(RECORDS FOR THE TASK Opens)
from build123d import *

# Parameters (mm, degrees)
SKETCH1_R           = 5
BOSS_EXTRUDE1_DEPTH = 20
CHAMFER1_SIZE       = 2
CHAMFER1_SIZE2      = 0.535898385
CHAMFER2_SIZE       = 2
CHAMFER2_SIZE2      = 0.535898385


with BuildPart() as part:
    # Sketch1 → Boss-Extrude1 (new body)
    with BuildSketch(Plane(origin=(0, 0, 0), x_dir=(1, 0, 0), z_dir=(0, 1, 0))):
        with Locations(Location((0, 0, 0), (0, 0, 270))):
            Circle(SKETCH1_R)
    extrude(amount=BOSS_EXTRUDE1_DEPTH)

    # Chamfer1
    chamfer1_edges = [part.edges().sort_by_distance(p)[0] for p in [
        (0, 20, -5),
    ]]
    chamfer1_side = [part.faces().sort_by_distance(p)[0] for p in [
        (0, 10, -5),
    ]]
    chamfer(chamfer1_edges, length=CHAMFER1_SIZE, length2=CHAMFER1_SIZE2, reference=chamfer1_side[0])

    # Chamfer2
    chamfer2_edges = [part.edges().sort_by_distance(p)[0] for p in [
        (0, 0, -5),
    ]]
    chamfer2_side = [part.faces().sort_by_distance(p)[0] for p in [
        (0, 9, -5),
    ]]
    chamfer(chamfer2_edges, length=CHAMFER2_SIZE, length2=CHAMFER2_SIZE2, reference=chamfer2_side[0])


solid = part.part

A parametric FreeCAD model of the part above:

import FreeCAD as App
import Part
import Sketcher

V = App.Vector


def edges_at(feature, points):
    """Names of the edges that pass closest to the given points."""
    edges = feature.Shape.Edges
    near = lambda p: min(range(len(edges)), key=lambda i: edges[i].distToShape(Part.Vertex(*p))[0])
    return sorted({f"Edge{near(p) + 1}" for p in points})

doc = App.newDocument("Part")
body = doc.addObject("PartDesign::Body", "Body")

sketch1 = body.newObject("Sketcher::SketchObject", "Sketch")
sketch1.AttachmentSupport = (doc.getObject("XZ_Plane"), [""])
sketch1.MapMode = "FlatFace"
sketch1.addGeometry(Part.Circle(V(0, 0, 0), V(0, 0, 1), 5), False)
sketch1.addConstraint([
    Sketcher.Constraint("Coincident", 0, 3, -1, 1),
    Sketcher.Constraint("Diameter", 0, 10.0),
])
pad1 = body.newObject("PartDesign::Pad", "Pad")
pad1.Profile = sketch1
pad1.Length = 20
pad1.Reversed = True
doc.recompute()

chamfer = body.newObject("PartDesign::Chamfer", "Chamfer")
chamfer.Base = (pad1, edges_at(pad1, [(0, 20, -5)]))
chamfer.ChamferType = "Two distances"
chamfer.Size = 2
chamfer.Size2 = 0.535898
doc.recompute()

chamfer2 = body.newObject("PartDesign::Chamfer", "Chamfer001")
chamfer2.Base = (chamfer, edges_at(chamfer, [(0, 0, -5)]))
chamfer2.ChamferType = "Two distances"
chamfer2.Size = 2
chamfer2.Size2 = 0.535898

doc.recompute()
(RECORDS FOR THE TASK Closes)
Return every line above in which the string "faces" occurs.

#### [SOLUTION FOR THIS EXERCISE]
    chamfer1_side = [part.faces().sort_by_distance(p)[0] for p in [
    chamfer2_side = [part.faces().sort_by_distance(p)[0] for p in [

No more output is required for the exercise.